The second problem with the "anti-choice" mandate stems from Benedict XVI's and Cardinal George's own teachings. Both are brilliant, scholarly men who share Aquinas's perspective on the harmony between reason and faith, dimensions of the human spirit that are "fully realized when they meet and dialogue."
Yet this embrace of reason is belied by sloppiness in defining the choice issue. Perhaps the most disappointing example of this is the constant use of the phrase "unborn baby" or "unborn child" in Cardinal George's letter. I understand the social justice perspective behind this and am moved by his appeal to defense of the most vulnerable. But implied in this missive is the unstated directive that human life begins at conception. And I know from personal experience that this isn't necessarily so.

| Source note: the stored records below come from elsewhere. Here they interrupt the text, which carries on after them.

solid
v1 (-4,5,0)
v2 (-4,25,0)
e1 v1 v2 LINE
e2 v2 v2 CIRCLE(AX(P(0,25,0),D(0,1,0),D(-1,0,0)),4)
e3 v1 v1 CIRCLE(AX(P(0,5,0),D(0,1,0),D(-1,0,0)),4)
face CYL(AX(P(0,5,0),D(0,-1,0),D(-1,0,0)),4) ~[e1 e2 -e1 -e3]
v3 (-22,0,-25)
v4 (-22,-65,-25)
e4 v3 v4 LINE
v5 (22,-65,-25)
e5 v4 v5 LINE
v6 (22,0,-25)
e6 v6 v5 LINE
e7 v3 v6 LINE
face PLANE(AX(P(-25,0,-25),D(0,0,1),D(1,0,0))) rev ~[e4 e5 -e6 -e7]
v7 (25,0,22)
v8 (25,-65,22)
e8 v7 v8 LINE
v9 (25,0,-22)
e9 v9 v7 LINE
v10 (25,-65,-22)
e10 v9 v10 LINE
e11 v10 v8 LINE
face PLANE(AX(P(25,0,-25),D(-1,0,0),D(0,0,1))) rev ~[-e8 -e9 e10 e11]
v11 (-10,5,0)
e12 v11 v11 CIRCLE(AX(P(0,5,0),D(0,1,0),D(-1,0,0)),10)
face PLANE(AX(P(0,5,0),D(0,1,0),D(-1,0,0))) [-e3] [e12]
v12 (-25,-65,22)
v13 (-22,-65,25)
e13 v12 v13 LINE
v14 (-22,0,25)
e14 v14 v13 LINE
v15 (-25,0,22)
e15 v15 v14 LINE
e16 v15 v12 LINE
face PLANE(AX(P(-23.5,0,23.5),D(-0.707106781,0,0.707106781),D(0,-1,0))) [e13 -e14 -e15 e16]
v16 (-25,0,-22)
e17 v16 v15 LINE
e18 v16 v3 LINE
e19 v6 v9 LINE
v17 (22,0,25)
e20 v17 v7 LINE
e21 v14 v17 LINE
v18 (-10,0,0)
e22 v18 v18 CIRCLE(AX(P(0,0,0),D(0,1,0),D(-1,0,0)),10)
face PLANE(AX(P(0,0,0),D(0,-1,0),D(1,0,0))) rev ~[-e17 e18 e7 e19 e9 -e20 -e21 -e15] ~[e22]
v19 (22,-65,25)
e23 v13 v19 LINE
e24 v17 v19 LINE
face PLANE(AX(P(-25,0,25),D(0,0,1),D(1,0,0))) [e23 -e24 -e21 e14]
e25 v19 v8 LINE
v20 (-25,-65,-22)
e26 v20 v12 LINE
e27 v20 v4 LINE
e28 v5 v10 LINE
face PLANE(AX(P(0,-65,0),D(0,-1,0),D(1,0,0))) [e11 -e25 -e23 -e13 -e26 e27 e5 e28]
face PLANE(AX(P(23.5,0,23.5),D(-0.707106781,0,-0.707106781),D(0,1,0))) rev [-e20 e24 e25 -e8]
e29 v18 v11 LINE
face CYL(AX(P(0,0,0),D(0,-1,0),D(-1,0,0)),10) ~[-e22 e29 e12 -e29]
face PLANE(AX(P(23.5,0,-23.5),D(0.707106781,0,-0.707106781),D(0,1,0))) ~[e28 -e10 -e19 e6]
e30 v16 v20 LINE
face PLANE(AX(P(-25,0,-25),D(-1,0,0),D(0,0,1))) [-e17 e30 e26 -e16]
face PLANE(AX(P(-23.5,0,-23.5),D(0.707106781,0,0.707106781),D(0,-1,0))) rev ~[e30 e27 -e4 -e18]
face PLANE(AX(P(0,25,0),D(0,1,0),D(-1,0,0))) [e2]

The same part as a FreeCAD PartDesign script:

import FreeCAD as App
import Part
import Sketcher

V = App.Vector
Q = App.Units.Quantity


def edges_at(feature, points):
    """Names of the edges that pass closest to the given points."""
    edges = feature.Shape.Edges
    near = lambda p: min(range(len(edges)), key=lambda i: edges[i].distToShape(Part.Vertex(*p))[0])
    return sorted({f"Edge{near(p) + 1}" for p in points})

doc = App.newDocument("Part")
body = doc.addObject("PartDesign::Body", "Body")

# Sketch on XZ plane
sketch1 = doc.addObject("Sketcher::SketchObject", "Sketch")
body.addObject(sketch1)
sketch1.AttachmentSupport = (doc.XZ_Plane, [""])
sketch1.MapMode = "FlatFace"
sketch1.addGeometry([
    Part.LineSegment(V(-25, 25, 0), V(-25, -25, 0)),
    Part.LineSegment(V(-25, -25, 0), V(25, -25, 0)),
    Part.LineSegment(V(25, -25, 0), V(25, 25, 0)),
    Part.LineSegment(V(25, 25, 0), V(-25, 25, 0)),
], False)
sketch1.addConstraint([
    Sketcher.Constraint("Coincident", 0, 2, 1, 1),
    Sketcher.Constraint("Coincident", 1, 2, 2, 1),
    Sketcher.Constraint("Coincident", 2, 2, 3, 1),
    Sketcher.Constraint("Coincident", 3, 2, 0, 1),
    Sketcher.Constraint("Vertical", 0),
    Sketcher.Constraint("Horizontal", 1),
    Sketcher.Constraint("Vertical", 2),
    Sketcher.Constraint("Horizontal", 3),
    Sketcher.Constraint("Symmetric", 0, 2, 2, 2, -1, 1),
    Sketcher.Constraint("Equal", 3, 0),
    Sketcher.Constraint("DistanceX", 1, 1, 1, 2, Q("50 mm")),
])
pad1 = doc.addObject("PartDesign::Pad", "Pad")
body.addObject(pad1)
pad1.Profile = sketch1
pad1.Length = 65

# Sketch on XZ plane
sketch2 = doc.addObject("Sketcher::SketchObject", "Sketch001")
body.addObject(sketch2)
sketch2.AttachmentSupport = (doc.XZ_Plane, [""])
sketch2.MapMode = "FlatFace"
sketch2.addGeometry(Part.Circle(V(0, 0, 0), V(0, 0, 1), 10), False)
sketch2.addConstraint([
    Sketcher.Constraint("Coincident", 0, 3, -1, 1),
    Sketcher.Constraint("Diameter", 0, Q("20 mm")),
])
pad2 = doc.addObject("PartDesign::Pad", "Pad001")
body.addObject(pad2)
pad2.Profile = sketch2
pad2.Length = 5
pad2.Reversed = True

# Sketch on XZ plane
sketch3 = doc.addObject("Sketcher::SketchObject", "Sketch002")
body.addObject(sketch3)
sketch3.AttachmentSupport = (doc.XZ_Plane, [""])
sketch3.MapMode = "FlatFace"
sketch3.AttachmentOffset = App.Placement(V(0, 0, -5), App.Rotation())
sketch3.addGeometry(Part.Circle(V(0, 0, 0), V(0, 0, 1), 4), False)
sketch3.addConstraint([
    Sketcher.Constraint("Coincident", 0, 3, -1, 1),
    Sketcher.Constraint("Diameter", 0, Q("8 mm")),
])
pad3 = doc.addObject("PartDesign::Pad", "Pad002")
body.addObject(pad3)
pad3.Profile = sketch3
pad3.Length = 20
pad3.Reversed = True
doc.recompute()

chamfer = doc.addObject("PartDesign::Chamfer", "Chamfer")
body.addObject(chamfer)
chamfer.Base = (pad3, edges_at(pad3, [
    (-25, -32.5, 25),
    (-25, -32.5, -25),
    (25, -32.5, -25),
    (25, -32.5, 25),
]))
chamfer.Size = 3

doc.recompute()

I do believe, as does Joe Biden, that "life" begins at conception. I also believe that "the potential for human life" begins at conception. But the point at which this actually becomes "human life" is above my pay grade. After all, ontongeny recapitulates phylogeny. Each of our miscarriages occurred just shy of the end of the first trimester--at the 10 or 11 week mark. Each time my wife was devastated; she wondered things like whether the two glasses of wine she had before she knew she was pregnant could have been the cause. I gave her the medical facts: the vast majority of miscarriages are the result of a mismatch of the mother's and father's chromosomes such that human life cannot be sustained. That did not make her pregnancies any less real, or discount the potential for human life that was there. Science indicates that the conversion of that potential to actual human life occurs sometime during the second trimester. To say otherwise denies science for the sake of ideology.
These are the reasons why I believe in a culture of life, and also believe that we must uphold Roe v. Wade. I think this Catholic role model (Joe Biden) said it best:
Outlawing abortion will not prevent it. Creating a culture that respects the dignity of life at all stages, and for all people--even though it may take generations to do so--will. I am hopeful.